Any alias of the above character sets that is found here may also be used. In addition, any character set specified in Appendix A, Character Sets, of the Oracle Database Globalization Support Guide can be used with the exception of IW7IS960.

However, it is recommended that you use IANA character set names for interoperability with other XML parsers. Also note that XML parsers are only required to support UTF-8 and UTF-16 so those character sets should be preferred.

In order to be able to use these encodings, you should have the ORACLE_HOME environment variable set and pointing to the location of your Oracle installation. This enables the use of the globalization support data files which contain data for all supported encodings. On UNIX systems, they are usually in $ORACLE_HOME/nls/data. On Windows, they are usually in %ORACLE_HOME%\nls\data. C and C++ XDK releases that are downloaded from OTN contain an nls/data subdirectory. You must set the environment variable ORA_NLS10 to the absolute path of the nls/data subdirectory if you do not have an Oracle installation.

The default input encoding ("incoding") is UTF-8. If an input document's encoding is not self-evident (by HTTP character set, Byte Order Mark, XMLDecl, and so on), then the default input encoding is assumed. It is recommended that you set the default encoding explicitly if using only single byte character sets (such as US-ASCII or any of the ISO-8859 character sets) since single-byte performance is by far the fastest. The flag XML_FLAG_FORCE_INCODING says that the default input encoding should always be applied to input documents, ignoring any BOM or XMLDecl. However, a protocol declaration (such as HTTP character set) is always honored.
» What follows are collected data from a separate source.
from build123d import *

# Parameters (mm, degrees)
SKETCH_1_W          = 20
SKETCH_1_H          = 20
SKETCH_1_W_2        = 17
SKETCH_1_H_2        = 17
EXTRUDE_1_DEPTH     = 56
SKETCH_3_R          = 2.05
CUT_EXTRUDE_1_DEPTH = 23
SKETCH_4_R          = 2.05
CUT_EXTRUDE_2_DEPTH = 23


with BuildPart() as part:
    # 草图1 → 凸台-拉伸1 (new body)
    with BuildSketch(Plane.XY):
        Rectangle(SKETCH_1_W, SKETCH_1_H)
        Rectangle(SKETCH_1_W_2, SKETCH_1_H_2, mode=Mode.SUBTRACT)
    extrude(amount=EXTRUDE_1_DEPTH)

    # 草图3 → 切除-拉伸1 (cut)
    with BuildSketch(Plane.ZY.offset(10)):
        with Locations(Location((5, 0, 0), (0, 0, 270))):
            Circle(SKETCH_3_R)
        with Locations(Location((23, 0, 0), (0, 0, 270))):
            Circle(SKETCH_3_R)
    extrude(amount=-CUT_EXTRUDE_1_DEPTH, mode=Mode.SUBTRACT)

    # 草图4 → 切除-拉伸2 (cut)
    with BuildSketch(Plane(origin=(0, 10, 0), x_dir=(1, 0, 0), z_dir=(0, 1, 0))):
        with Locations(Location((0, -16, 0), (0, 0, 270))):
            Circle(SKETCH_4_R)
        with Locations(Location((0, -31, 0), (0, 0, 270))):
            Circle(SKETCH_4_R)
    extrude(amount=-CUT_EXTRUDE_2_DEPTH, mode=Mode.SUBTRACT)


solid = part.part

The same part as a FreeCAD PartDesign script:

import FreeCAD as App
import Part
import Sketcher
from FreeCAD import Vector
Q = App.Units.Quantity

doc = App.newDocument("Part")
params = doc.addObject("Spreadsheet::Sheet", "Params")
for row, (alias, value) in enumerate([
    ("sketch1_width", "20 mm"),
    ("sketch1_width2", "17 mm"),
    ("pad1_length", "56 mm"),
    ("sketch2_diameter", "4.1 mm"),
    ("pocket1_length", "23 mm"),
    ("sketch3_diameter", "4.1 mm"),
    ("pocket2_length", "23 mm"),
], start=1):
    params.set(f"A{row}", alias)
    params.set(f"B{row}", "=" + value)
    params.setAlias(f"B{row}", alias)

body = doc.addObject("PartDesign::Body", "Body")

sketch1 = doc.addObject("Sketcher::SketchObject", "Sketch")
body.addObject(sketch1)
sketch1.AttachmentSupport = (doc.XY_Plane, [""])
sketch1.MapMode = "FlatFace"
sketch1.addGeometry([
    Part.LineSegment(Vector(-10, 10, 0), Vector(-10, -10, 0)),
    Part.LineSegment(Vector(-10, -10, 0), Vector(10, -10, 0)),
    Part.LineSegment(Vector(10, -10, 0), Vector(10, 10, 0)),
    Part.LineSegment(Vector(10, 10, 0), Vector(-10, 10, 0)),
    Part.LineSegment(Vector(8, -8, 0), Vector(-8, -8, 0)),
    Part.LineSegment(Vector(-8, -8, 0), Vector(-8, 8, 0)),
    Part.LineSegment(Vector(-8, 8, 0), Vector(8, 8, 0)),
    Part.LineSegment(Vector(8, 8, 0), Vector(8, -8, 0)),
], False)
sketch1.addConstraint([
    Sketcher.Constraint("Coincident", 0, 2, 1, 1),
    Sketcher.Constraint("Coincident", 1, 2, 2, 1),
    Sketcher.Constraint("Coincident", 2, 2, 3, 1),
    Sketcher.Constraint("Coincident", 3, 2, 0, 1),
    Sketcher.Constraint("Coincident", 4, 2, 5, 1),
    Sketcher.Constraint("Coincident", 5, 2, 6, 1),
    Sketcher.Constraint("Coincident", 6, 2, 7, 1),
    Sketcher.Constraint("Coincident", 7, 2, 4, 1),
    Sketcher.Constraint("Vertical", 0),
    Sketcher.Constraint("Horizontal", 1),
    Sketcher.Constraint("Vertical", 2),
    Sketcher.Constraint("Horizontal", 3),
    Sketcher.Constraint("Horizontal", 4),
    Sketcher.Constraint("Vertical", 5),
    Sketcher.Constraint("Horizontal", 6),
    Sketcher.Constraint("Vertical", 7),
    Sketcher.Constraint("Symmetric", 0, 2, 2, 2, -1, 1),
    Sketcher.Constraint("Symmetric", 4, 2, 6, 2, -1, 1),
    Sketcher.Constraint("Equal", 3, 0),
    Sketcher.Constraint("Equal", 6, 5),
    Sketcher.Constraint("DistanceX", 1, 1, 1, 2, Q("20 mm")),
    Sketcher.Constraint("DistanceX", 4, 2, 4, 1, Q("17 mm")),
])
sketch1.setExpression("Constraints[20]", "Params.sketch1_width")
sketch1.setExpression("Constraints[21]", "Params.sketch1_width2")
pad1 = doc.addObject("PartDesign::Pad", "Pad")
body.addObject(pad1)
pad1.Profile = sketch1
pad1.setExpression("Length", "Params.pad1_length")

sketch2 = doc.addObject("Sketcher::SketchObject", "Sketch001")
body.addObject(sketch2)
sketch2.AttachmentSupport = (doc.YZ_Plane, [""])
sketch2.MapMode = "FlatFace"
sketch2.AttachmentOffset = App.Placement(Vector(0, 0, -10), App.Rotation())
sketch2.addGeometry([
    Part.Circle(Vector(0, 5, 0), Vector(0, 0, 1), 2),
    Part.Circle(Vector(0, 23, 0), Vector(0, 0, 1), 2),
], False)
sketch2.addConstraint([
    Sketcher.Constraint("Equal", 0, 1),
    Sketcher.Constraint("PointOnObject", 0, 3, -2),
    Sketcher.Constraint("PointOnObject", 1, 3, -2),
    Sketcher.Constraint("Diameter", 0, Q("4.1 mm")),
    Sketcher.Constraint("DistanceY", -1, 1, 0, 3, Q("5 mm")),
    Sketcher.Constraint("DistanceY", -1, 1, 1, 3, Q("23 mm")),
])
sketch2.setExpression("Constraints[3]", "Params.sketch2_diameter")
pocket1 = doc.addObject("PartDesign::Pocket", "Pocket")
body.addObject(pocket1)
pocket1.Profile = sketch2
pocket1.setExpression("Length", "Params.pocket1_length")
pocket1.Reversed = True

sketch3 = doc.addObject("Sketcher::SketchObject", "Sketch002")
body.addObject(sketch3)
sketch3.AttachmentSupport = (doc.XZ_Plane, [""])
sketch3.MapMode = "FlatFace"
sketch3.AttachmentOffset = App.Placement(Vector(0, 0, -10), App.Rotation())
sketch3.addGeometry([
    Part.Circle(Vector(0, 16, 0), Vector(0, 0, 1), 2),
    Part.Circle(Vector(0, 31, 0), Vector(0, 0, 1), 2),
], False)
sketch3.addConstraint([
    Sketcher.Constraint("Equal", 0, 1),
    Sketcher.Constraint("PointOnObject", 0, 3, -2),
    Sketcher.Constraint("PointOnObject", 1, 3, -2),
    Sketcher.Constraint("Diameter", 0, Q("4.1 mm")),
    Sketcher.Constraint("DistanceY", -1, 1, 0, 3, Q("16 mm")),
    Sketcher.Constraint("DistanceY", -1, 1, 1, 3, Q("31 mm")),
])
sketch3.setExpression("Constraints[3]", "Params.sketch3_diameter")
pocket2 = doc.addObject("PartDesign::Pocket", "Pocket001")
body.addObject(pocket2)
pocket2.Profile = sketch3
pocket2.setExpression("Length", "Params.pocket2_length")
pocket2.Reversed = True

doc.recompute()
The data encoding for DOM and SAX ("outcoding") should be chosen carefully. Single-byte encodings are the fastest, but can represent only a very limited set of characters. Next fastest is Unicode (UTF-16), and slowest are the multibyte encodings such as UTF-8. If input data cannot be converted to the outcoding without loss, an error occurs. So for maximum utility, a Unicode-based outcoding should be used, since Unicode can represent any character. If outcoding is not specified, it defaults to the incoding of the first document parsed.